DECISION UNDER REVIEW
[5] The Board found that the Applicant was not a credible witness, and drew a negative inference from the time lapsed between the applicant's arrival in Canada and his claim for refugee status.
[6] The Board's credibility finding was based on a number of factors:
a) The Board noted the Applicant contradictory explanations with respect to the misspelling of his name in his passport and in his PIF. Not only did he spell his name correctly in his passport application, but he acknowledged that it would not prevent the Syrian government from knowing about his claim in Canada. Furthermore, the Board did not believe the reason invoked by the Applicant, that the Syrian government is so powerful that it can identify anyone who claims refugee status in Canada;
b) The Board noted that the legal action is in the name of the Applicant's father, and not in the name of the Applicant himself, and concluded that the Applicant's father, and not the Applicant, was behind the legal action;
c) The Board found that the Applicant provided no evidence that the two men who threatened him were government agents, and concluded that it saw no reason why the Syrian government would have an interest in the Applicant;
d) The Board noted that the Applicant's story about the timing of the case, and his inability to provide a copy of the alleged first judgment further impugns his credibility;
e) The Board questioned why people would look for the Applicant when his father is the named party in the action;
f) The Board also noted contradictions between the Applicant's oral testimony and his written statement, with respect to his work and the farm owned by his father, and concluded that the contradictions impugn further the Applicant's credibility;
g) The Board also questioned the Applicant's ability to get a passport in Syria, while the Syrian authorities were looking for him, as alleged, and notes that the Applicant appears to have fabricated his story based on his father's accident.
ISSUES
[7] This case raises the two following issues:
1. Is the Applicant entitled to raise the issue of bias, and if he is, was the Board indeed biased?
2. Were the Board's credibility findings patently unreasonable?
ANALYSIS
[8] The Applicant, representing himself at the hearing, argued forcefully that the conduct of the Board raised a reasonable apprehension of bias. He claimed that the Presiding Member created a very tense atmosphere, to the point that it affected the Applicant's testimony.

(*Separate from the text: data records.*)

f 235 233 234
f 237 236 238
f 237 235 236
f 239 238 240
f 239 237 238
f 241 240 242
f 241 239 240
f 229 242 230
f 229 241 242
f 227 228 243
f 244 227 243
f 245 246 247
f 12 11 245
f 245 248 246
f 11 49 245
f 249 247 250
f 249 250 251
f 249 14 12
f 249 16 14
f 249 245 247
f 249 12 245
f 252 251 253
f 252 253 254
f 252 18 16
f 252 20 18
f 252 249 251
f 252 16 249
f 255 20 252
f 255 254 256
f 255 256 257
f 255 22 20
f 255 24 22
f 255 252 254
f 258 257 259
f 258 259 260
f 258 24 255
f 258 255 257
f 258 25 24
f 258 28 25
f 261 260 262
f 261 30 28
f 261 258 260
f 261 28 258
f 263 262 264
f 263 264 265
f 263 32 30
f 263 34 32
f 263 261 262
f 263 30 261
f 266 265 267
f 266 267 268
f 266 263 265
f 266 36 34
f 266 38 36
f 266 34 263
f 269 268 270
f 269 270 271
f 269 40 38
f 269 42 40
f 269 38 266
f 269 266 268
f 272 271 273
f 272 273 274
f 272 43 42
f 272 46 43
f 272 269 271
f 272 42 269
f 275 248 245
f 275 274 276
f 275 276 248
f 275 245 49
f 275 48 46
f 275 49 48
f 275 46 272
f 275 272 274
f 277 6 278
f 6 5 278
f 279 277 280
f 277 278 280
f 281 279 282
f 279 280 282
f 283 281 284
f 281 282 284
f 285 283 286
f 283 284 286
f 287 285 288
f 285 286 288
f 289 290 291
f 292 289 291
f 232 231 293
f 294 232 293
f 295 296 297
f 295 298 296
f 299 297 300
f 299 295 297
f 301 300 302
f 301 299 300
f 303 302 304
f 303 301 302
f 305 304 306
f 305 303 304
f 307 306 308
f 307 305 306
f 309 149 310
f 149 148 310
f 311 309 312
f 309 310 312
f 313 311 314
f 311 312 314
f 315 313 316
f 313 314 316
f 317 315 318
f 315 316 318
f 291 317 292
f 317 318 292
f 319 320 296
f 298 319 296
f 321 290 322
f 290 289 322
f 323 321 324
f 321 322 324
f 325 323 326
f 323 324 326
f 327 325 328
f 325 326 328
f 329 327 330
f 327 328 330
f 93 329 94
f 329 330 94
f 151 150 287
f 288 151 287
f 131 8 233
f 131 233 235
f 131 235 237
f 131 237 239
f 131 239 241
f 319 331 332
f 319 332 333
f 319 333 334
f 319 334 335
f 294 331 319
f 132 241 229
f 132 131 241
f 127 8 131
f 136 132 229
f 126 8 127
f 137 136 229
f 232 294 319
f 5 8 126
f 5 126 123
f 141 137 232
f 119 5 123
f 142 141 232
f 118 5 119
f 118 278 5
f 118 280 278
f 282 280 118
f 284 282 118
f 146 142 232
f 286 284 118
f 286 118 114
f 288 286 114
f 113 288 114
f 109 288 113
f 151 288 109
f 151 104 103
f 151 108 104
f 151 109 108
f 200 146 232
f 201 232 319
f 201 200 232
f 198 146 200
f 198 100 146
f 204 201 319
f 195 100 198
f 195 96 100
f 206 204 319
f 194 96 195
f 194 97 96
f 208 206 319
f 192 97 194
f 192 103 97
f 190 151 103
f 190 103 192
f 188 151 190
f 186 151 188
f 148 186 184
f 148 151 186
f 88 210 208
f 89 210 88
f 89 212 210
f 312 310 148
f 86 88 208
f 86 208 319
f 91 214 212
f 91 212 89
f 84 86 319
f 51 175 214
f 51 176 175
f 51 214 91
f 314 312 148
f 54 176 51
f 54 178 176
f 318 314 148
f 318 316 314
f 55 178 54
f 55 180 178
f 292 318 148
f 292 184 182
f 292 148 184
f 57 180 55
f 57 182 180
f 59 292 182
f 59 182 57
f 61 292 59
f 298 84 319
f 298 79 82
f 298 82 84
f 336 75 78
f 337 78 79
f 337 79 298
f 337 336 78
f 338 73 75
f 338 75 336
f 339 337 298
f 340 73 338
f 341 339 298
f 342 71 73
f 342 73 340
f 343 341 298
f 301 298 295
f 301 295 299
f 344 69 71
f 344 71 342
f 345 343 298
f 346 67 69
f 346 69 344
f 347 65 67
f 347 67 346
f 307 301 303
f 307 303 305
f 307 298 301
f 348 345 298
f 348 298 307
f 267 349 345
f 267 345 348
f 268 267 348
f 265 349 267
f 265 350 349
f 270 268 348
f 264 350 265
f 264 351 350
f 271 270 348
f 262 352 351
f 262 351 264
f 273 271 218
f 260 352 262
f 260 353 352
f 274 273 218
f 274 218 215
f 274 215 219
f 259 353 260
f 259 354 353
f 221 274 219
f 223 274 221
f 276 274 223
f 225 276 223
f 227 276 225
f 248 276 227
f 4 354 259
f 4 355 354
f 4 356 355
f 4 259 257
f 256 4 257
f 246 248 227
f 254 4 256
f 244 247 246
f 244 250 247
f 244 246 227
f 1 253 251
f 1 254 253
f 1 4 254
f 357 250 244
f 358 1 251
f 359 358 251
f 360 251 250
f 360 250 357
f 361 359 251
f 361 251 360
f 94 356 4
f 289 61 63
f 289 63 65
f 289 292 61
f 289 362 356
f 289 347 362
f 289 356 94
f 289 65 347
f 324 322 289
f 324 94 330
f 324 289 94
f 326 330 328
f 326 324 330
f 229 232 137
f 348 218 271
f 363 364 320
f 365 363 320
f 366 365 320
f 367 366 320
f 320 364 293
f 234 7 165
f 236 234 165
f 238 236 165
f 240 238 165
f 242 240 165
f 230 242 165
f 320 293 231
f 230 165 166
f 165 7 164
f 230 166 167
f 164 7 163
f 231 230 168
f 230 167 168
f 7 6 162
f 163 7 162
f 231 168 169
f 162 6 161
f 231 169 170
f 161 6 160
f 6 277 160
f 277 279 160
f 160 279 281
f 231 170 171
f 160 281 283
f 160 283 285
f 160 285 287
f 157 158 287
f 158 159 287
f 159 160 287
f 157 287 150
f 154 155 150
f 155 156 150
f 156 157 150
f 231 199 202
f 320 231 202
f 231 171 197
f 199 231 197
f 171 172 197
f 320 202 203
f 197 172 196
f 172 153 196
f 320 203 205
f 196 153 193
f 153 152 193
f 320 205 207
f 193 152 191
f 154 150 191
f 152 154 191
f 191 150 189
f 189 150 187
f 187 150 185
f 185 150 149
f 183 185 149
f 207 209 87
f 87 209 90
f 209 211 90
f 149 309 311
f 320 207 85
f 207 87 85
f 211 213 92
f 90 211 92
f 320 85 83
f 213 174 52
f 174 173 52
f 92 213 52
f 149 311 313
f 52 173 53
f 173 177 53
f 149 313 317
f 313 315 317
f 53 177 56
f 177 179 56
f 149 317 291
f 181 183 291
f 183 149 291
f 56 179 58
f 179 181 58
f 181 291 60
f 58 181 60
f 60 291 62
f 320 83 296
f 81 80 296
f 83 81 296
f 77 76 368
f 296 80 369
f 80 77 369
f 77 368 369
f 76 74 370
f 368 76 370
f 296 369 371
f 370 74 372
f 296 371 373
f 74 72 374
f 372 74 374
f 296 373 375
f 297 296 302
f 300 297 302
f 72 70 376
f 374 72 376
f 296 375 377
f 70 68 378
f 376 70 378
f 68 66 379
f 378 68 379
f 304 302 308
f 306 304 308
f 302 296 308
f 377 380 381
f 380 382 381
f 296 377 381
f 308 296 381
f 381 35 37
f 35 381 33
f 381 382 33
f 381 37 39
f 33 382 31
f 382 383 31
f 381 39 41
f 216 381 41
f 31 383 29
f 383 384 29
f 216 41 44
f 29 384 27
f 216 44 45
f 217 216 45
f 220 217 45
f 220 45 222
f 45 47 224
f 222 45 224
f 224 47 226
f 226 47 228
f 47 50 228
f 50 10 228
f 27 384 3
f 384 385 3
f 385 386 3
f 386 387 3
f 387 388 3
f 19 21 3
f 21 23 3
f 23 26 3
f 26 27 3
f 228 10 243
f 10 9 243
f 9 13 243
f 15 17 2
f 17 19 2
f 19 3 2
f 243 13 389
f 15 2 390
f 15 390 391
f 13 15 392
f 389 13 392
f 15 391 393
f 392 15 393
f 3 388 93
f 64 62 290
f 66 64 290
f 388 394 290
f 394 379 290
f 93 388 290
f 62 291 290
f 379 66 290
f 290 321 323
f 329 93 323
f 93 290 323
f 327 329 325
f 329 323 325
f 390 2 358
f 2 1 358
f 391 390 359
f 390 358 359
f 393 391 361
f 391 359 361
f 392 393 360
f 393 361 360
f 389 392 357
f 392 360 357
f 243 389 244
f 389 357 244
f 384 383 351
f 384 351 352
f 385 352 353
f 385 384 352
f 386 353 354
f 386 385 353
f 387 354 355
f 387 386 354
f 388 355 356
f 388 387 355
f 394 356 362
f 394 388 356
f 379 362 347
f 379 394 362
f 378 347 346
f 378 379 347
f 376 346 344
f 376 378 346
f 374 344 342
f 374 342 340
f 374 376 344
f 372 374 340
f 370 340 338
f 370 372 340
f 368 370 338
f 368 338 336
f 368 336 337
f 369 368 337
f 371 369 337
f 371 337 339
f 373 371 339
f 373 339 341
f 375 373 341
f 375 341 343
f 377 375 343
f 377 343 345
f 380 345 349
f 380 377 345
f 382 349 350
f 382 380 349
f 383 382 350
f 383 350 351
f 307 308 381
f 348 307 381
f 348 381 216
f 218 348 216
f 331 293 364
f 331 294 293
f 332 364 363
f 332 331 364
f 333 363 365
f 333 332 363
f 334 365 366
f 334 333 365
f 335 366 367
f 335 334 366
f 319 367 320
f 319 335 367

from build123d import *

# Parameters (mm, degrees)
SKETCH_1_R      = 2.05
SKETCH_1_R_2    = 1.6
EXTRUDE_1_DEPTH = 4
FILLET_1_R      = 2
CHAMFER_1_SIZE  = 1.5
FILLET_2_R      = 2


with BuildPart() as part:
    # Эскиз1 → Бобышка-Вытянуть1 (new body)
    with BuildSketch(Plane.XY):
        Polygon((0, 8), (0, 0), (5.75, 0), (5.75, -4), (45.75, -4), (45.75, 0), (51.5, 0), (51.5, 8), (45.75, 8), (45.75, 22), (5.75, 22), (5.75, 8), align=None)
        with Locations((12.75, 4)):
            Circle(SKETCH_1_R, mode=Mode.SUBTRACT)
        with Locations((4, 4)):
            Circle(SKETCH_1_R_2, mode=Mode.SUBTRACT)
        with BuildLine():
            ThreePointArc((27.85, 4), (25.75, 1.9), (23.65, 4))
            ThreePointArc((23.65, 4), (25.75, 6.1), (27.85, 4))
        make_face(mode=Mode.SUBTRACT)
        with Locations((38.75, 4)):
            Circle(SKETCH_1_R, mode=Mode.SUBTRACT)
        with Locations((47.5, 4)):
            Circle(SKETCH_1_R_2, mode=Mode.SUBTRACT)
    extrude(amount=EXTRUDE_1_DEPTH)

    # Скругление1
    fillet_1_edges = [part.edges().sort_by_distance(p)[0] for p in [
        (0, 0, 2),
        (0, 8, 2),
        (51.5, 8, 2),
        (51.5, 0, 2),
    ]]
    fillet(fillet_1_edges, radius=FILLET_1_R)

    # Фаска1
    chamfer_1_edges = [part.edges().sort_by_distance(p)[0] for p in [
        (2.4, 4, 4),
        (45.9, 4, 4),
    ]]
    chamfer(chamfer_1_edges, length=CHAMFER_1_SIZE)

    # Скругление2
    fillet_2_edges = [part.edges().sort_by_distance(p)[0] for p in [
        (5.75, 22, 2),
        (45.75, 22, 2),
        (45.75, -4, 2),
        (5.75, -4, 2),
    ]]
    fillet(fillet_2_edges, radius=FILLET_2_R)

In the affidavits that he submitted in support of his application, the Applicant makes numerous observations respecting the tribunal's questioning or its tone, the conduct of the hearing, the member's behaviour and his interventions, and the Refugee Protection Officer attitude.
[9] Despite the fact that the Applicant was represented by counsel at that hearing, his affidavits do not establish that he or his lawyer raised that question before the Board. Nor have I found in the transcript any allusion by his lawyer or himself to the issue of bias. Yet, the case law is very clear that an argument of bias must be dismissed if it has not been raised at the first reasonable opportunity, namely at the hearing of the Board. The failure to raise a reasonable apprehension of bias at the earliest possibility forecloses the possibility of raising such an argument subsequently before this Court (Rodriguez et al. v. Canada(M.C.I.), [2005] F.C. 271; Mohinder Paul Singh v. Canada (M.C.I.), [2005] F.C. 35; Ranganathan v. Canada (M.C.I.), [2003] F.C. 1367.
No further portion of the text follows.